Because of our disposition of this issue, we find it unnecessary to resolve the second issue raised by the plaintiff relating to the sufficiency of the affidavit and attached exhibits in conjunction with the motion for summary judgment.

We now turn to an issue which the defendants argue in their brief.

The defendants’ contention is that the plaintiff’s statement of facts fails to conform to the law in two regards. In the first place, they maintain that the plaintiff’s statement of facts does not contain the necessary citations to the record in violation of Supreme Court Rule 341(e)(6) (91 Ill. 2d R. 341(e)(6)). Secondly, they maintain that this court should disregard certain matters contained in the plaintiff’s proposed report of proceedings because the trial court did not certify the bystander’s report as an accurate representation of the proceedings.

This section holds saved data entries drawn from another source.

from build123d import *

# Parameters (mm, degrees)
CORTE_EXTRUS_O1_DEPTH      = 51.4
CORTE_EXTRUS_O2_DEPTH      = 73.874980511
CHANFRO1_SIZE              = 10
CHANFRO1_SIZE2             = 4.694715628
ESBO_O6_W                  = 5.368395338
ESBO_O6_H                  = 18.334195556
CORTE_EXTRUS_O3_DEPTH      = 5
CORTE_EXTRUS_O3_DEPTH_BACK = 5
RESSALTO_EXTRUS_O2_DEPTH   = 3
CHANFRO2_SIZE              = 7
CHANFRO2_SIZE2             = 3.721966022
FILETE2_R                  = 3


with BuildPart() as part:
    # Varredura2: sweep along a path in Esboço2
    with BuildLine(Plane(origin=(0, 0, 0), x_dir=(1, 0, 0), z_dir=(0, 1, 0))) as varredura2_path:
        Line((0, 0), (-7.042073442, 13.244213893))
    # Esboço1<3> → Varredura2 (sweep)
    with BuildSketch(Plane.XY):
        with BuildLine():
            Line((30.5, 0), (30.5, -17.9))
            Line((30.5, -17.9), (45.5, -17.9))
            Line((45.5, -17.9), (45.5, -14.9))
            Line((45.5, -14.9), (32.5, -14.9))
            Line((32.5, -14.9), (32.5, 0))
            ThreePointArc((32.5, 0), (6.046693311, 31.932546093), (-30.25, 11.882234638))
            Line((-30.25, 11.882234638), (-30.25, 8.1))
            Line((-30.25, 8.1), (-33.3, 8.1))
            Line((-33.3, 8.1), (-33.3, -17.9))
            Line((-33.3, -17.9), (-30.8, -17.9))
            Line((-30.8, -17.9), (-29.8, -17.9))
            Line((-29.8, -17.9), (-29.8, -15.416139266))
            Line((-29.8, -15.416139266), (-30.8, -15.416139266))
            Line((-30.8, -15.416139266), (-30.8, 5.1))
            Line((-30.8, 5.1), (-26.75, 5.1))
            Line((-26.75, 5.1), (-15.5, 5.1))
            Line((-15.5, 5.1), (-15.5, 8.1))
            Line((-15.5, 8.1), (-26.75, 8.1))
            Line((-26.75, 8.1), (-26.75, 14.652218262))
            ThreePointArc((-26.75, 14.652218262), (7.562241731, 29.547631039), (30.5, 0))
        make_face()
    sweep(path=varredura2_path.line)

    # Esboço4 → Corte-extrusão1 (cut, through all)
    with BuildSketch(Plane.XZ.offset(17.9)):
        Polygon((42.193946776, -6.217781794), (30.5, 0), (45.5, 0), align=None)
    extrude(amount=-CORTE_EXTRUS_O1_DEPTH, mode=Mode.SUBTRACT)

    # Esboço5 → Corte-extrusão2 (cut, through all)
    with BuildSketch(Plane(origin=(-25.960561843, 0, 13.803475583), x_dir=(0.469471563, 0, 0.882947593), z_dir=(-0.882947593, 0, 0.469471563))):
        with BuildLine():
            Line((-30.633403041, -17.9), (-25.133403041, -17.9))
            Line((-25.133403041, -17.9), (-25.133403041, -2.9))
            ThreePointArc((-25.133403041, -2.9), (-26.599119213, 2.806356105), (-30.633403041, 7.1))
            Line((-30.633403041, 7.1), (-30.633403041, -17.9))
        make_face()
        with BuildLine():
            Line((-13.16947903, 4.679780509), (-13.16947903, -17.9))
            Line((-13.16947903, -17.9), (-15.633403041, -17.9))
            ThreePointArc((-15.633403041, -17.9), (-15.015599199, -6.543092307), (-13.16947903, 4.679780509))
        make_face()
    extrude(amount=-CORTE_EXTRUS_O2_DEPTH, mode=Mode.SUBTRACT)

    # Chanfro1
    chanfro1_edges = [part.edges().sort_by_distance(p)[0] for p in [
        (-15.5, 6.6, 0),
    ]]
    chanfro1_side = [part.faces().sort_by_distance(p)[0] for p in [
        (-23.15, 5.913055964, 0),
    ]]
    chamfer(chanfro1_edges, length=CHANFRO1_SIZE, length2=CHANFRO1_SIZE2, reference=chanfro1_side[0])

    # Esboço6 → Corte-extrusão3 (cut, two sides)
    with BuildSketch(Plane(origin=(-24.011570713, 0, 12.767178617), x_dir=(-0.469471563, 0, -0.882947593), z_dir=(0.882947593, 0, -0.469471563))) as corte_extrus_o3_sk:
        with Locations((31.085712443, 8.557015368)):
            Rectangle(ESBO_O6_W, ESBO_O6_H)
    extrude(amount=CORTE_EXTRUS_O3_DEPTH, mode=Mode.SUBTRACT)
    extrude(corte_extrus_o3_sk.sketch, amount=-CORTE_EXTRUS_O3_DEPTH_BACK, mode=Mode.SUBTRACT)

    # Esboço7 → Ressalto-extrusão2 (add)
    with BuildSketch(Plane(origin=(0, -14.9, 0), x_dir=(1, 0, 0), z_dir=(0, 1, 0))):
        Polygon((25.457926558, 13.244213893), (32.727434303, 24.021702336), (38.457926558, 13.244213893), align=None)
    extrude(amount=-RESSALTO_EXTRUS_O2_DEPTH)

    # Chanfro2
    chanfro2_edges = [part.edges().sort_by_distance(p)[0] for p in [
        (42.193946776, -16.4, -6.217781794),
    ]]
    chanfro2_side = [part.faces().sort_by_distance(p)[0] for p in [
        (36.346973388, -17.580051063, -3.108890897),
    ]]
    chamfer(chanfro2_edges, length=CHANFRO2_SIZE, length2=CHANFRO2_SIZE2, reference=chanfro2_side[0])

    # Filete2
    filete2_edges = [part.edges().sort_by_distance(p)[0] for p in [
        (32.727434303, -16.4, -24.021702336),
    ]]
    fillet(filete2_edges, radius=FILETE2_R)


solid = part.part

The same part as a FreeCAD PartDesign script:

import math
import FreeCAD as App
import Part
import Sketcher
Q = App.Units.Quantity


def edges_at(feature, points):
    """Names of the edges that pass closest to the given points."""
    edges = feature.Shape.Edges
    near = lambda p: min(range(len(edges)), key=lambda i: edges[i].distToShape(Part.Vertex(*p))[0])
    return sorted({f"Edge{near(p) + 1}" for p in points})


def add_polygon(sketch, points):
    """Adds a closed chain of lines whose ends are joined by coincident constraints."""
    first, n = sketch.GeometryCount, len(points)
    for a, b in zip(points, points[1:] + points[:1]):
        sketch.addGeometry(Part.LineSegment(App.Vector(*a, 0), App.Vector(*b, 0)), False)
    for i in range(n):
        sketch.addConstraint(Sketcher.Constraint("Coincident", first + i, 2, first + (i + 1) % n, 1))

doc = App.newDocument("Part")
body = doc.addObject("PartDesign::Body", "Body")

sketch1 = body.newObject("Sketcher::SketchObject", "Sketch")
sketch1.AttachmentSupport = (doc.getObject("XY_Plane"), [""])
sketch1.MapMode = "FlatFace"
sketch1.addGeometry([
    Part.LineSegment(App.Vector(30.5, 0, 0), App.Vector(30.5, -17.9, 0)),
    Part.LineSegment(App.Vector(30.5, -17.9, 0), App.Vector(45.5, -17.9, 0)),
    Part.LineSegment(App.Vector(45.5, -17.9, 0), App.Vector(45.5, -14.9, 0)),
    Part.LineSegment(App.Vector(45.5, -14.9, 0), App.Vector(32.5, -14.9, 0)),
    Part.LineSegment(App.Vector(32.5, -14.9, 0), App.Vector(32.5, 0, 0)),
    Part.ArcOfCircle(Part.Circle(App.Vector(0, 0, 0), App.Vector(0, 0, 1), 32.5), math.radians(0), math.radians(158.555043)),
    Part.LineSegment(App.Vector(-30.25, 11.882235, 0), App.Vector(-30.25, 8.1, 0)),
    Part.LineSegment(App.Vector(-30.25, 8.1, 0), App.Vector(-33.3, 8.1, 0)),
    Part.LineSegment(App.Vector(-33.3, 8.1, 0), App.Vector(-33.3, -17.9, 0)),
    Part.LineSegment(App.Vector(-33.3, -17.9, 0), App.Vector(-29.8, -17.9, 0)),
    Part.LineSegment(App.Vector(-29.8, -17.9, 0), App.Vector(-29.8, -15.416139, 0)),
    Part.LineSegment(App.Vector(-29.8, -15.416139, 0), App.Vector(-30.8, -15.416139, 0)),
    Part.LineSegment(App.Vector(-30.8, -15.416139, 0), App.Vector(-30.8, 5.1, 0)),
    Part.LineSegment(App.Vector(-30.8, 5.1, 0), App.Vector(-15.5, 5.1, 0)),
    Part.LineSegment(App.Vector(-15.5, 5.1, 0), App.Vector(-15.5, 8.1, 0)),
    Part.LineSegment(App.Vector(-15.5, 8.1, 0), App.Vector(-26.75, 8.1, 0)),
    Part.LineSegment(App.Vector(-26.75, 8.1, 0), App.Vector(-26.75, 14.652218, 0)),
    Part.ArcOfCircle(Part.Circle(App.Vector(0, 0, 0), App.Vector(0, 0, 1), 30.5), math.radians(0), math.radians(151.288431)),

*903Our examination of the record reveals that the plaintiff has substantially complied with Rule 341(eX6), for her statement of facts does cite to the appropriate references in the record. However, the defendants correctly point out that the plaintiff’s statement of facts (1) contains references to an uncertified report of proceedings and (2) in reliance on that uncertified bystander’s report, relates the purported arguments of the parties before the trial court at the hearings held on the defendants’ motion for summary judgment and on the plaintiff’s motion to vacate the entry of summary judgment. We note, however, that the record does not contain any evidence of what occurred at those hearings other than the matters related in the plaintiff’s uncertified bystander’s report. Therefore, as the defendants properly argue, this court may not consider any statements of fact in the plaintiff’s brief where the sole support in the record for those statements is found in the uncertified and, hence, legally insufficient, proposed report of proceedings.

The decision of the circuit court of McHenry County is reversed and the cause is remanded for proceedings consistent with this opinion.

Reversed and remanded with directions.

SEIDENFELD, RJ., and REINHARD, J., concur.